> **Directions for this task**:
Look through the material below. Return exactly the lines from the one with "v19 (-15,0,105.6)" through the one with "face CYL(AX(P(15,-8,54),D(0,1,0),D(0,0,1)),1.6) rev", both included.

= = = = =

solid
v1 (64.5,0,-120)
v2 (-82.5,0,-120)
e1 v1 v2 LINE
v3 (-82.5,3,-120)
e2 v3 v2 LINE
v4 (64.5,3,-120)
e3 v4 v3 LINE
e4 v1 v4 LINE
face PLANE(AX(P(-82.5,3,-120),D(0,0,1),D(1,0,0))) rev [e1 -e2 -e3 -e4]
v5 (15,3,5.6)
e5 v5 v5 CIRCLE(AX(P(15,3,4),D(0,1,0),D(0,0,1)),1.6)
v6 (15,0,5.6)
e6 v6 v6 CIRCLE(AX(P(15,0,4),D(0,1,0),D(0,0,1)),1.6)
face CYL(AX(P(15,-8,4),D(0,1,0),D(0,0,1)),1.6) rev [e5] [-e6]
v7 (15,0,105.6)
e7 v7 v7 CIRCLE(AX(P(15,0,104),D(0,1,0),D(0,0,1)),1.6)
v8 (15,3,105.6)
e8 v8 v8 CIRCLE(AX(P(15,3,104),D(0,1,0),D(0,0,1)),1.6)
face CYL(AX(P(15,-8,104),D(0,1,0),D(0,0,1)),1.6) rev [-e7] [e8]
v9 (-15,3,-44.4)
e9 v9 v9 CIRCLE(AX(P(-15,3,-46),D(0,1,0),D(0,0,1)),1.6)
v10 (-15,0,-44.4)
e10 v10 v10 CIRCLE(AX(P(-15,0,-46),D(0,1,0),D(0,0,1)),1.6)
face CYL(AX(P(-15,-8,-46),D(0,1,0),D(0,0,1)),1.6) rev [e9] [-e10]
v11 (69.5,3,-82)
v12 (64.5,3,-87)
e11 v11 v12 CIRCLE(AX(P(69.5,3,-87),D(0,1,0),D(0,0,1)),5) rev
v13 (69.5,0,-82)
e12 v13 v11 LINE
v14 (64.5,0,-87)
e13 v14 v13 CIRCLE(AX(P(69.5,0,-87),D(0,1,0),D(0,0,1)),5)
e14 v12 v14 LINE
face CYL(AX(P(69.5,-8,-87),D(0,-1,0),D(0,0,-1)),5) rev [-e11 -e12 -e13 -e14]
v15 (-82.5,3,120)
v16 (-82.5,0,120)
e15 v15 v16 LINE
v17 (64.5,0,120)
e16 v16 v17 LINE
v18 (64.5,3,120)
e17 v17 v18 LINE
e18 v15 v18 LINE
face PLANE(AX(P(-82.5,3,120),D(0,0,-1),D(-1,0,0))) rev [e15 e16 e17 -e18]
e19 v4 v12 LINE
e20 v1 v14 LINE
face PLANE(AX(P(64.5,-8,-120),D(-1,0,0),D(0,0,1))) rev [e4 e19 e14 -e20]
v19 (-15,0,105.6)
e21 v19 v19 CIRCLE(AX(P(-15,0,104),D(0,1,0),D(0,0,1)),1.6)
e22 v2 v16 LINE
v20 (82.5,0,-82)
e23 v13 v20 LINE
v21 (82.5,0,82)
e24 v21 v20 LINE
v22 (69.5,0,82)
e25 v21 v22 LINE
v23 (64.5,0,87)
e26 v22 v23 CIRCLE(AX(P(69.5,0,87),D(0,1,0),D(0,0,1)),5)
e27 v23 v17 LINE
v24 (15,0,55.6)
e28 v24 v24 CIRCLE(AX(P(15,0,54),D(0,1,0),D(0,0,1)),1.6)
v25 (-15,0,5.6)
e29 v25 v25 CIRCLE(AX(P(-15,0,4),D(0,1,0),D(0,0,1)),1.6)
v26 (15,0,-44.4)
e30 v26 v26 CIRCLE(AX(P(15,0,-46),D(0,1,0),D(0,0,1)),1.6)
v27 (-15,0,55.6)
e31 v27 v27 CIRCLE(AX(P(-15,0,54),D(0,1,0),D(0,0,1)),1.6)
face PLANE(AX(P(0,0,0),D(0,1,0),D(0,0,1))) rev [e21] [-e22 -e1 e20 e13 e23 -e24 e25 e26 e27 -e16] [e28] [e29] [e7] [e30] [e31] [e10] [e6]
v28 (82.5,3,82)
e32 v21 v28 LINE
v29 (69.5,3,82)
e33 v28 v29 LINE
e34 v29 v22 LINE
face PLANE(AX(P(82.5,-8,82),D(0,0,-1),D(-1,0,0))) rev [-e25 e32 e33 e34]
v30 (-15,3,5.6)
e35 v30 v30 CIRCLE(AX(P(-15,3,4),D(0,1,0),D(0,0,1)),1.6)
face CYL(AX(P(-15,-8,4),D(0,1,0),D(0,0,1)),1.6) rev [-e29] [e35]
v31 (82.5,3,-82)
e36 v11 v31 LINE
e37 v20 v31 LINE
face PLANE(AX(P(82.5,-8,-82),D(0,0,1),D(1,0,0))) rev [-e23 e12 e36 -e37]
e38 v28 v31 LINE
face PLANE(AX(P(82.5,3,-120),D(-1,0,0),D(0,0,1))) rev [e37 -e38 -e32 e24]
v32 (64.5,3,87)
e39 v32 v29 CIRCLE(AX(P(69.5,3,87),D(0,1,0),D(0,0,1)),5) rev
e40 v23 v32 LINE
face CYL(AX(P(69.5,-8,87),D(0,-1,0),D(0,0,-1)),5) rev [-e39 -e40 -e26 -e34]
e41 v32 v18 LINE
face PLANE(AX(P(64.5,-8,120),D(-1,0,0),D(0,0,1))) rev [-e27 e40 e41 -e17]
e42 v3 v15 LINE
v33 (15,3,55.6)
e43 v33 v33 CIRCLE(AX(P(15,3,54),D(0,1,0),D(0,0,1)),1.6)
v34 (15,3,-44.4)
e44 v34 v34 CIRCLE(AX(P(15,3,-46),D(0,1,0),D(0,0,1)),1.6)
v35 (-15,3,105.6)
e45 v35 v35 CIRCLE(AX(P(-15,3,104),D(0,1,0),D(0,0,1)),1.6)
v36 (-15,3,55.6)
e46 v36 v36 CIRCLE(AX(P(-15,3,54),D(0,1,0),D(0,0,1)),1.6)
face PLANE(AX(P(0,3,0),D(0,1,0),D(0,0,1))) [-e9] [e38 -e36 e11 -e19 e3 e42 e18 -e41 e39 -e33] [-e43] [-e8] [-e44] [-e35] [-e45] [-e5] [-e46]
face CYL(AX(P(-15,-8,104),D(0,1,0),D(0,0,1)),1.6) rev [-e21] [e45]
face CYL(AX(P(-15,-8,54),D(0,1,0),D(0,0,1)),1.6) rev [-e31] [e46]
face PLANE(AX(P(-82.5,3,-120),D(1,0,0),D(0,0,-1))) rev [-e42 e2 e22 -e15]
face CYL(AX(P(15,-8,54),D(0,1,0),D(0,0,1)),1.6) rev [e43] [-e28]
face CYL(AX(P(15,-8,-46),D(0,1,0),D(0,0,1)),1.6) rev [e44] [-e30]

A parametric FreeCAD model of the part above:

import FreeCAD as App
import Part
import Sketcher


def edges_at(feature, points):
    """Names of the edges that pass closest to the given points."""
    edges = feature.Shape.Edges
    near = lambda p: min(range(len(edges)), key=lambda i: edges[i].distToShape(Part.Vertex(*p))[0])
    return sorted({f"Edge{near(p) + 1}" for p in points})

doc = App.newDocument("Part")
params = doc.addObject("Spreadsheet::Sheet", "Params")
for row, (alias, value) in enumerate([
    ("sketch1_width", "165 mm"),
    ("sketch1_height", "240 mm"),
    ("pad1_length", "3 mm"),
    ("sketch2_diameter", "3.2 mm"),
    ("pocket1_length", "11 mm"),
    ("sketch3_width", "18 mm"),
    ("sketch3_height", "38 mm"),
    ("pocket2_length", "11 mm"),
    ("fillet_radius", "5 mm"),
], start=1):
    params.set(f"A{row}", alias)
    params.set(f"B{row}", "=" + value)
    params.setAlias(f"B{row}", alias)

body = doc.addObject("PartDesign::Body", "Body")

# Sketch on XZ plane
sketch1 = body.newObject("Sketcher::SketchObject", "Sketch")
sketch1.AttachmentSupport = (doc.getObject("XZ_Plane"), [""])
sketch1.MapMode = "FlatFace"
sketch1.addGeometry([
    Part.LineSegment(App.Vector(-82.5, -120, 0), App.Vector(-82.5, 120, 0)),
    Part.LineSegment(App.Vector(-82.5, 120, 0), App.Vector(82.5, 120, 0)),
    Part.LineSegment(App.Vector(82.5, 120, 0), App.Vector(82.5, -120, 0)),
    Part.LineSegment(App.Vector(82.5, -120, 0), App.Vector(-82.5, -120, 0)),
], False)
sketch1.addConstraint([
    Sketcher.Constraint("Coincident", 0, 2, 1, 1),
    Sketcher.Constraint("Coincident", 1, 2, 2, 1),
    Sketcher.Constraint("Coincident", 2, 2, 3, 1),
    Sketcher.Constraint("Coincident", 3, 2, 0, 1),
    Sketcher.Constraint("Vertical", 0),
    Sketcher.Constraint("Horizontal", 1),
    Sketcher.Constraint("Vertical", 2),
    Sketcher.Constraint("Horizontal", 3),
    Sketcher.Constraint("Symmetric", 0, 2, 2, 2, -1, 1),
    Sketcher.Constraint("DistanceX", 1, 1, 1, 2, 165.0),
    Sketcher.Constraint("DistanceY", 0, 1, 0, 2, 240.0),
])
sketch1.setExpression("Constraints[9]", "Params.sketch1_width")
sketch1.setExpression("Constraints[10]", "Params.sketch1_height")
pad1 = body.newObject("PartDesign::Pad", "Pad")
pad1.Profile = sketch1
pad1.setExpression("Length", "Params.pad1_length")
pad1.Reversed = True

# Sketch on XZ plane
sketch2 = body.newObject("Sketcher::SketchObject", "Sketch001")
sketch2.AttachmentSupport = (doc.getObject("XZ_Plane"), [""])
sketch2.MapMode = "FlatFace"
sketch2.AttachmentOffset = App.Placement(App.Vector(0, 0, -3), App.Rotation())
sketch2.addGeometry([
    Part.Circle(App.Vector(15, -46, 0), App.Vector(0, 0, 1), 1.6),  # 0
    Part.Circle(App.Vector(-15, -46, 0), App.Vector(0, 0, 1), 1.6),  # 1
    Part.Circle(App.Vector(15, 4, 0), App.Vector(0, 0, 1), 1.6),  # 2
    Part.Circle(App.Vector(-15, 4, 0), App.Vector(0, 0, 1), 1.6),  # 3
    Part.Circle(App.Vector(15, 54, 0), App.Vector(0, 0, 1), 1.6),  # 4
    Part.Circle(App.Vector(-15, 54, 0), App.Vector(0, 0, 1), 1.6),  # 5
    Part.Circle(App.Vector(15, 104, 0), App.Vector(0, 0, 1), 1.6),  # 6
    Part.Circle(App.Vector(-15, 104, 0), App.Vector(0, 0, 1), 1.6),  # 7
], False)
sketch2.addConstraint([
    Sketcher.Constraint("Equal", 0, 1),
    Sketcher.Constraint("Equal", 1, 2),
    Sketcher.Constraint("Equal", 2, 3),
    Sketcher.Constraint("Equal", 3, 4),
    Sketcher.Constraint("Equal", 4, 5),
    Sketcher.Constraint("Equal", 5, 6),
    Sketcher.Constraint("Equal", 6, 7),
    Sketcher.Constraint("Symmetric", 0, 3, 1, 3, -2),
    Sketcher.Constraint("Symmetric", 2, 3, 3, 3, -2),
    Sketcher.Constraint("Symmetric", 4, 3, 5, 3, -2),
    Sketcher.Constraint("Symmetric", 6, 3, 7, 3, -2),
    Sketcher.Constraint("Vertical", 0, 3, 2, 3),
    Sketcher.Constraint("Vertical", 2, 3, 4, 3),
    Sketcher.Constraint("Vertical", 4, 3, 6, 3),
    Sketcher.Constraint("Diameter", 0, 3.2),
    Sketcher.Constraint("DistanceX", -1, 1, 0, 3, 15.0),
    Sketcher.Constraint("DistanceY", 0, 3, -1, 1, 46.0),
    Sketcher.Constraint("DistanceY", -1, 1, 2, 3, 4.0),
    Sketcher.Constraint("DistanceY", -1, 1, 4, 3, 54.0),
    Sketcher.Constraint("DistanceY", -1, 1, 6, 3, 104.0),
])
sketch2.setExpression("Constraints[14]", "Params.sketch2_diameter")
pocket1 = body.newObject("PartDesign::Pocket", "Pocket")
pocket1.Profile = sketch2
pocket1.setExpression("Length", "Params.pocket1_length")
pocket1.Reversed = True

# Sketch on XZ plane
sketch3 = body.newObject("Sketcher::SketchObject", "Sketch002")
sketch3.AttachmentSupport = (doc.getObject("XZ_Plane"), [""])
sketch3.MapMode = "FlatFace"
sketch3.AttachmentOffset = App.Placement(App.Vector(0, 0, -3), App.Rotation())
sketch3.addGeometry([
    Part.LineSegment(App.Vector(64.5, -120, 0), App.Vector(64.5, -82, 0)),  # 0
    Part.LineSegment(App.Vector(64.5, -82, 0), App.Vector(82.5, -82, 0)),  # 1
    Part.LineSegment(App.Vector(82.5, -82, 0), App.Vector(82.5, -120, 0)),  # 2
    Part.LineSegment(App.Vector(82.5, -120, 0), App.Vector(64.5, -120, 0)),  # 3
    Part.LineSegment(App.Vector(64.5, 82, 0), App.Vector(64.5, 120, 0)),  # 4
    Part.LineSegment(App.Vector(64.5, 120, 0), App.Vector(82.5, 120, 0)),  # 5
    Part.LineSegment(App.Vector(82.5, 120, 0), App.Vector(82.5, 82, 0)),  # 6
    Part.LineSegment(App.Vector(82.5, 82, 0), App.Vector(64.5, 82, 0)),  # 7
], False)
sketch3.addConstraint([
    Sketcher.Constraint("Coincident", 0, 2, 1, 1),
    Sketcher.Constraint("Coincident", 1, 2, 2, 1),
    Sketcher.Constraint("Coincident", 2, 2, 3, 1),
    Sketcher.Constraint("Coincident", 3, 2, 0, 1),
    Sketcher.Constraint("Coincident", 4, 2, 5, 1),
    Sketcher.Constraint("Coincident", 5, 2, 6, 1),
    Sketcher.Constraint("Coincident", 6, 2, 7, 1),
    Sketcher.Constraint("Coincident", 7, 2, 4, 1),
    Sketcher.Constraint("Vertical", 0),
    Sketcher.Constraint("Horizontal", 1),
    Sketcher.Constraint("Vertical", 2),
    Sketcher.Constraint("Horizontal", 3),
    Sketcher.Constraint("Vertical", 4),
    Sketcher.Constraint("Horizontal", 5),
    Sketcher.Constraint("Vertical", 6),
    Sketcher.Constraint("Horizontal", 7),
    Sketcher.Constraint("Symmetric", 3, 2, 4, 2, -1),
    Sketcher.Constraint("Symmetric", 1, 2, 6, 2, -1),
    Sketcher.Constraint("DistanceX", 1, 1, 1, 2, 18.0),
    Sketcher.Constraint("DistanceY", 0, 1, 0, 2, 38.0),
    Sketcher.Constraint("DistanceY", 0, 2, -1, 1, 82.0),
    Sketcher.Constraint("DistanceX", -1, 1, 0, 2, 64.5),
])
sketch3.setExpression("Constraints[18]", "Params.sketch3_width")
sketch3.setExpression("Constraints[19]", "Params.sketch3_height")
pocket2 = body.newObject("PartDesign::Pocket", "Pocket001")
pocket2.Profile = sketch3
pocket2.setExpression("Length", "Params.pocket2_length")
pocket2.Reversed = True
doc.recompute()

fillet = body.newObject("PartDesign::Fillet", "Fillet")
fillet.Base = (pocket2, edges_at(pocket2, [(64.5, 1.5, -82), (64.5, 1.5, 82)]))
fillet.setExpression("Radius", "Params.fillet_radius")

doc.recompute()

= = = = =

> **Task solution**:
v19 (-15,0,105.6)
e21 v19 v19 CIRCLE(AX(P(-15,0,104),D(0,1,0),D(0,0,1)),1.6)
e22 v2 v16 LINE
v20 (82.5,0,-82)
e23 v13 v20 LINE
v21 (82.5,0,82)
e24 v21 v20 LINE
v22 (69.5,0,82)
e25 v21 v22 LINE
v23 (64.5,0,87)
e26 v22 v23 CIRCLE(AX(P(69.5,0,87),D(0,1,0),D(0,0,1)),5)
e27 v23 v17 LINE
v24 (15,0,55.6)
e28 v24 v24 CIRCLE(AX(P(15,0,54),D(0,1,0),D(0,0,1)),1.6)
v25 (-15,0,5.6)
e29 v25 v25 CIRCLE(AX(P(-15,0,4),D(0,1,0),D(0,0,1)),1.6)
v26 (15,0,-44.4)
e30 v26 v26 CIRCLE(AX(P(15,0,-46),D(0,1,0),D(0,0,1)),1.6)
v27 (-15,0,55.6)
e31 v27 v27 CIRCLE(AX(P(-15,0,54),D(0,1,0),D(0,0,1)),1.6)
face PLANE(AX(P(0,0,0),D(0,1,0),D(0,0,1))) rev [e21] [-e22 -e1 e20 e13 e23 -e24 e25 e26 e27 -e16] [e28] [e29] [e7] [e30] [e31] [e10] [e6]
v28 (82.5,3,82)
e32 v21 v28 LINE
v29 (69.5,3,82)
e33 v28 v29 LINE
e34 v29 v22 LINE
face PLANE(AX(P(82.5,-8,82),D(0,0,-1),D(-1,0,0))) rev [-e25 e32 e33 e34]
v30 (-15,3,5.6)
e35 v30 v30 CIRCLE(AX(P(-15,3,4),D(0,1,0),D(0,0,1)),1.6)
face CYL(AX(P(-15,-8,4),D(0,1,0),D(0,0,1)),1.6) rev [-e29] [e35]
v31 (82.5,3,-82)
e36 v11 v31 LINE
e37 v20 v31 LINE
face PLANE(AX(P(82.5,-8,-82),D(0,0,1),D(1,0,0))) rev [-e23 e12 e36 -e37]
e38 v28 v31 LINE
face PLANE(AX(P(82.5,3,-120),D(-1,0,0),D(0,0,1))) rev [e37 -e38 -e32 e24]
v32 (64.5,3,87)
e39 v32 v29 CIRCLE(AX(P(69.5,3,87),D(0,1,0),D(0,0,1)),5) rev
e40 v23 v32 LINE
face CYL(AX(P(69.5,-8,87),D(0,-1,0),D(0,0,-1)),5) rev [-e39 -e40 -e26 -e34]
e41 v32 v18 LINE
face PLANE(AX(P(64.5,-8,120),D(-1,0,0),D(0,0,1))) rev [-e27 e40 e41 -e17]
e42 v3 v15 LINE
v33 (15,3,55.6)
e43 v33 v33 CIRCLE(AX(P(15,3,54),D(0,1,0),D(0,0,1)),1.6)
v34 (15,3,-44.4)
e44 v34 v34 CIRCLE(AX(P(15,3,-46),D(0,1,0),D(0,0,1)),1.6)
v35 (-15,3,105.6)
e45 v35 v35 CIRCLE(AX(P(-15,3,104),D(0,1,0),D(0,0,1)),1.6)
v36 (-15,3,55.6)
e46 v36 v36 CIRCLE(AX(P(-15,3,54),D(0,1,0),D(0,0,1)),1.6)
face PLANE(AX(P(0,3,0),D(0,1,0),D(0,0,1))) [-e9] [e38 -e36 e11 -e19 e3 e42 e18 -e41 e39 -e33] [-e43] [-e8] [-e44] [-e35] [-e45] [-e5] [-e46]
face CYL(AX(P(-15,-8,104),D(0,1,0),D(0,0,1)),1.6) rev [-e21] [e45]
face CYL(AX(P(-15,-8,54),D(0,1,0),D(0,0,1)),1.6) rev [-e31] [e46]
face PLANE(AX(P(-82.5,3,-120),D(1,0,0),D(0,0,-1))) rev [-e42 e2 e22 -e15]
face CYL(AX(P(15,-8,54),D(0,1,0),D(0,0,1)),1.6) rev [e43] [-e28]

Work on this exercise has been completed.